Import it in your Python code:
```python
from auradata import Dataset
```

---

## Overview
AuraData is a data-centric auditing and diagnostics engine for machine learning datasets.

It automatically inspects datasets to detect:
* Duplicate samples
* Noisy or anomalous records
* Potentially mislabeled samples
* Subgroup performance disparities (bias risks)

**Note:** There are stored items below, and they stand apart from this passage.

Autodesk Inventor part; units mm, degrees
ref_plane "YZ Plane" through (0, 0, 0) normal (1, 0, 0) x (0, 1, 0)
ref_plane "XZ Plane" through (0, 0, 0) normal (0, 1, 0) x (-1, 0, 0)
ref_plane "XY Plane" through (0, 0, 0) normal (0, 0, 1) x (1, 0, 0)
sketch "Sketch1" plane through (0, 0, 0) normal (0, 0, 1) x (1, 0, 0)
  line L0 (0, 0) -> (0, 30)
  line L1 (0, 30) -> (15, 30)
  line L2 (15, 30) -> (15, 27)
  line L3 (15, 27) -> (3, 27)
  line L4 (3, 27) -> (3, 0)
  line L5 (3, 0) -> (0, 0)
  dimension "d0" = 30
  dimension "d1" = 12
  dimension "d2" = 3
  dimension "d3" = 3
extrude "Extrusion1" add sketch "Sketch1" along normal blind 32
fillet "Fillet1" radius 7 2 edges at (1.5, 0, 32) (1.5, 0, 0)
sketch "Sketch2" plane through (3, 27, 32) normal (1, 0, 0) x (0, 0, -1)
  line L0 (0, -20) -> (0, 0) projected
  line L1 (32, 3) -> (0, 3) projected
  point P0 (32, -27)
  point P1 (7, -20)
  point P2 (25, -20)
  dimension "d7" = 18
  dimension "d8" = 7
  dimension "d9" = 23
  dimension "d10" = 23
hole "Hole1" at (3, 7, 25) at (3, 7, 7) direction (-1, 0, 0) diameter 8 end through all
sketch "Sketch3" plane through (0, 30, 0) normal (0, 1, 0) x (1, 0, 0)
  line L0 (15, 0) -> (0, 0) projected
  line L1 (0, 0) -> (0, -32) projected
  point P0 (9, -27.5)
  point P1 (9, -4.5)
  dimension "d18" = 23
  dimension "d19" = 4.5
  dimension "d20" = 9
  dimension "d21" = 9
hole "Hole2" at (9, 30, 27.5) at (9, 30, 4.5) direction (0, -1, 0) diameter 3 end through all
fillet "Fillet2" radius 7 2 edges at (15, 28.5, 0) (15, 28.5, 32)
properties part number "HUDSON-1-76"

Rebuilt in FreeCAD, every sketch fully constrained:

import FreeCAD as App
import Part
import Sketcher

V = App.Vector


def edges_at(feature, points):
    """Names of the edges that pass closest to the given points."""
    edges = feature.Shape.Edges
    near = lambda p: min(range(len(edges)), key=lambda i: edges[i].distToShape(Part.Vertex(*p))[0])
    return sorted({f"Edge{near(p) + 1}" for p in points})

doc = App.newDocument("Part")
params = doc.addObject("Spreadsheet::Sheet", "Params")
for row, (alias, value) in enumerate([
    ("sketch1_width", "3 mm"),
    ("sketch1_width2", "12 mm"),
    ("sketch1_height", "30 mm"),
    ("pad1_length", "32 mm"),
    ("fillet_radius", "7 mm"),
    ("sketch2_diameter", "8 mm"),
    ("hole_diameter", "8 mm"),
    ("sketch3_diameter", "3 mm"),
    ("hole2_diameter", "3 mm"),
    ("fillet2_radius", "7 mm"),
], start=1):
    params.set(f"A{row}", alias)
    params.set(f"B{row}", "=" + value)
    params.setAlias(f"B{row}", alias)

body = doc.addObject("PartDesign::Body", "Body")

# Sketch on XY plane
sketch1 = body.newObject("Sketcher::SketchObject", "Sketch")
sketch1.AttachmentSupport = (doc.getObject("XY_Plane"), [""])
sketch1.MapMode = "FlatFace"
sketch1.addGeometry([
    Part.LineSegment(V(0, 30, 0), V(0, 0, 0)),  # 0
    Part.LineSegment(V(0, 0, 0), V(3, 0, 0)),  # 1
    Part.LineSegment(V(3, 0, 0), V(3, 27, 0)),  # 2
    Part.LineSegment(V(3, 27, 0), V(15, 27, 0)),  # 3
    Part.LineSegment(V(15, 27, 0), V(15, 30, 0)),  # 4
    Part.LineSegment(V(15, 30, 0), V(0, 30, 0)),  # 5
], False)
sketch1.addConstraint([
    Sketcher.Constraint("Coincident", 0, 2, 1, 1),
    Sketcher.Constraint("Coincident", 1, 2, 2, 1),
    Sketcher.Constraint("Coincident", 2, 2, 3, 1),
    Sketcher.Constraint("Coincident", 3, 2, 4, 1),
    Sketcher.Constraint("Coincident", 4, 2, 5, 1),
    Sketcher.Constraint("Coincident", 5, 2, 0, 1),
    Sketcher.Constraint("Vertical", 0),
    Sketcher.Constraint("Horizontal", 1),
    Sketcher.Constraint("Vertical", 2),
    Sketcher.Constraint("Horizontal", 3),
    Sketcher.Constraint("Vertical", 4),
    Sketcher.Constraint("Horizontal", 5),
    Sketcher.Constraint("Coincident", 0, 2, -1, 1),
    Sketcher.Constraint("Equal", 1, 4),
    Sketcher.Constraint("DistanceX", 1, 1, 1, 2, 3.0),
    Sketcher.Constraint("DistanceX", 3, 1, 3, 2, 12.0),
    Sketcher.Constraint("DistanceY", 0, 2, 0, 1, 30.0),
])
sketch1.setExpression("Constraints[14]", "Params.sketch1_width")
sketch1.setExpression("Constraints[15]", "Params.sketch1_width2")
sketch1.setExpression("Constraints[16]", "Params.sketch1_height")
pad1 = body.newObject("PartDesign::Pad", "Pad")
pad1.Profile = sketch1
pad1.setExpression("Length", "Params.pad1_length")
doc.recompute()

fillet = body.newObject("PartDesign::Fillet", "Fillet")
fillet.Base = (pad1, edges_at(pad1, [(1.5, 0, 32), (1.5, 0, 0)]))
fillet.setExpression("Radius", "Params.fillet_radius")

# Sketch on YZ plane
sketch2 = body.newObject("Sketcher::SketchObject", "Sketch001")
sketch2.AttachmentSupport = (doc.getObject("YZ_Plane"), [""])
sketch2.MapMode = "FlatFace"
sketch2.AttachmentOffset = App.Placement(V(0, 0, 3), App.Rotation())
sketch2.addGeometry([
    Part.Circle(V(7, 25, 0), V(0, 0, 1), 4),
    Part.Circle(V(7, 7, 0), V(0, 0, 1), 4),
], False)
sketch2.addConstraint([
    Sketcher.Constraint("Equal", 0, 1),
    Sketcher.Constraint("Vertical", 0, 3, 1, 3),
    Sketcher.Constraint("Diameter", 0, 8.0),
    Sketcher.Constraint("DistanceX", -1, 1, 0, 3, 7.0),
    Sketcher.Constraint("DistanceY", -1, 1, 0, 3, 25.0),
    Sketcher.Constraint("DistanceY", -1, 1, 1, 3, 7.0),
])
sketch2.setExpression("Constraints[2]", "Params.sketch2_diameter")
doc.recompute()
hole = body.newObject("PartDesign::Hole", "Hole")
hole.Profile = sketch2
hole.ThreadType = "None"
hole.setExpression("Diameter", "Params.hole_diameter")
hole.DepthType = "ThroughAll"

# Sketch on XZ plane
sketch3 = body.newObject("Sketcher::SketchObject", "Sketch002")
sketch3.AttachmentSupport = (doc.getObject("XZ_Plane"), [""])
sketch3.MapMode = "FlatFace"
sketch3.AttachmentOffset = App.Placement(V(0, 0, -30), App.Rotation())
sketch3.addGeometry([
    Part.Circle(V(9, 27.5, 0), V(0, 0, 1), 1.5),
    Part.Circle(V(9, 4.5, 0), V(0, 0, 1), 1.5),
], False)
sketch3.addConstraint([
    Sketcher.Constraint("Equal", 0, 1),
    Sketcher.Constraint("Vertical", 0, 3, 1, 3),
    Sketcher.Constraint("Diameter", 0, 3.0),
    Sketcher.Constraint("DistanceX", -1, 1, 0, 3, 9.0),
    Sketcher.Constraint("DistanceY", 1, 3, 0, 3, 23.0),
    Sketcher.Constraint("DistanceY", -1, 1, 0, 3, 27.5),
])
sketch3.setExpression("Constraints[2]", "Params.sketch3_diameter")
doc.recompute()
hole2 = body.newObject("PartDesign::Hole", "Hole001")
hole2.Profile = sketch3
hole2.ThreadType = "None"
hole2.setExpression("Diameter", "Params.hole2_diameter")
hole2.DepthType = "ThroughAll"
hole2.Reversed = True
doc.recompute()

fillet2 = body.newObject("PartDesign::Fillet", "Fillet001")
fillet2.Base = (hole2, edges_at(hole2, [(15, 28.5, 0), (15, 28.5, 32)]))
fillet2.setExpression("Radius", "Params.fillet2_radius")

doc.recompute()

AuraData is designed to be **transparent, conservative, and human-in-the-loop** — it flags risks and provides diagnostics instead of blindly modifying data.

---

## Installation
Install the package via pip:
```bash
pip install auradata
```

---

## How It Works
* **Duplicate Detection** Identifies exact row duplicates.
* **Noise Detection** Uses Isolation Forest on numeric features to flag outliers.
* **Label Issue Detection** Flags samples where the model strongly disagrees with provided labels.
* **Bias Audit** Evaluates subgroup performance disparities across sensitive attributes.
* **State Tracking** Tracks cleaning and fixing actions safely and reversibly.
* **HTML Reporting** Produces structured, readable audit reports.

---

## Getting Started

### 1. Import the package
```python
from auradata import Dataset
```

### 2. Initialize the dataset
```python
ds = Dataset(X, y)
```

### 3. Run an initial audit
```python
ds.audit(check_labels=False, check_bias=False)
```

### 4. Clean obvious issues
```python
ds.clean(remove_duplicates=True, remove_noise=True)
```

### 5. Train your model
```python
from sklearn.linear_model import LogisticRegression

model = LogisticRegression(max_iter=1000)
model.fit(ds.X.select_dtypes(include=["number"]), ds.y)
```

### 6. Run a full audit
```python
ds.audit(model=model, sensitive_feature="gender", check_duplicates=False, check_noise=False)
```

### 7. Fix label issues (optional)
```python
ds.fix_labels(model)
```

### 8. Generate a report
```python
ds.report("auradata_report.html")
```

---

## API Reference

### Dataset(X, y=None, feature_names=None)
Initializes the dataset.

**Parameters:**
* `X`: Feature matrix (array-like or DataFrame)
* `y`: Labels (optional)
* `feature_names`: Optional column names

---

### `.audit(...)`
Audits the dataset for quality issues.

---

### `.clean(...)`
Removes duplicate and/or noisy samples.

---

### `.fix_labels(model)`
Replaces mislabeled values with model predictions.

---

### `.report(path)`
Generates an HTML report summarizing all detected issues.

---

### `.restore_original()`
Restores the dataset to its original unmodified state.

---

### `.summary()`
Prints a quick console summary of the dataset state.

---

## Example Usage

### Example 1: Basic Audit
```python
from auradata import Dataset
import pandas as pd

X = pd.read_csv("data.csv")
ds = Dataset(X)
ds.audit()
ds.summary()
```

---

### Example 2: Audit + Clean + Fix Labels
```python
from auradata import Dataset
from sklearn.linear_model import LogisticRegression

X = pd.read_csv("data.csv")
y = pd.read_csv("labels.csv").squeeze()

ds = Dataset(X, y)
ds.audit(check_labels=False, check_bias=False)
ds.clean()

model = LogisticRegression(max_iter=1000).fit(ds.X.select_dtypes(include=["number"]), ds.y)
ds.audit(model=model, sensitive_feature="gender", check_duplicates=False, check_noise=False)
ds.fix_labels(model)
ds.report("auradata_report.html")
```

---

## Internals
* Isolation Forest for outlier detection
* Confidence-based disagreement for label validation
* Group-wise evaluation for bias detection
* State-aware cleaning with reversible actions
* Transparent reporting for auditability

---

## Notes
* Works with numeric and mixed datasets
* Conservative by default (no blind destructive actions)
* Designed for ML practitioners and researchers
* Suitable for responsible and regulated workflows

---

## Author
Abdul Mofique Siddiqui

---

## License
This project is licensed under the MIT License.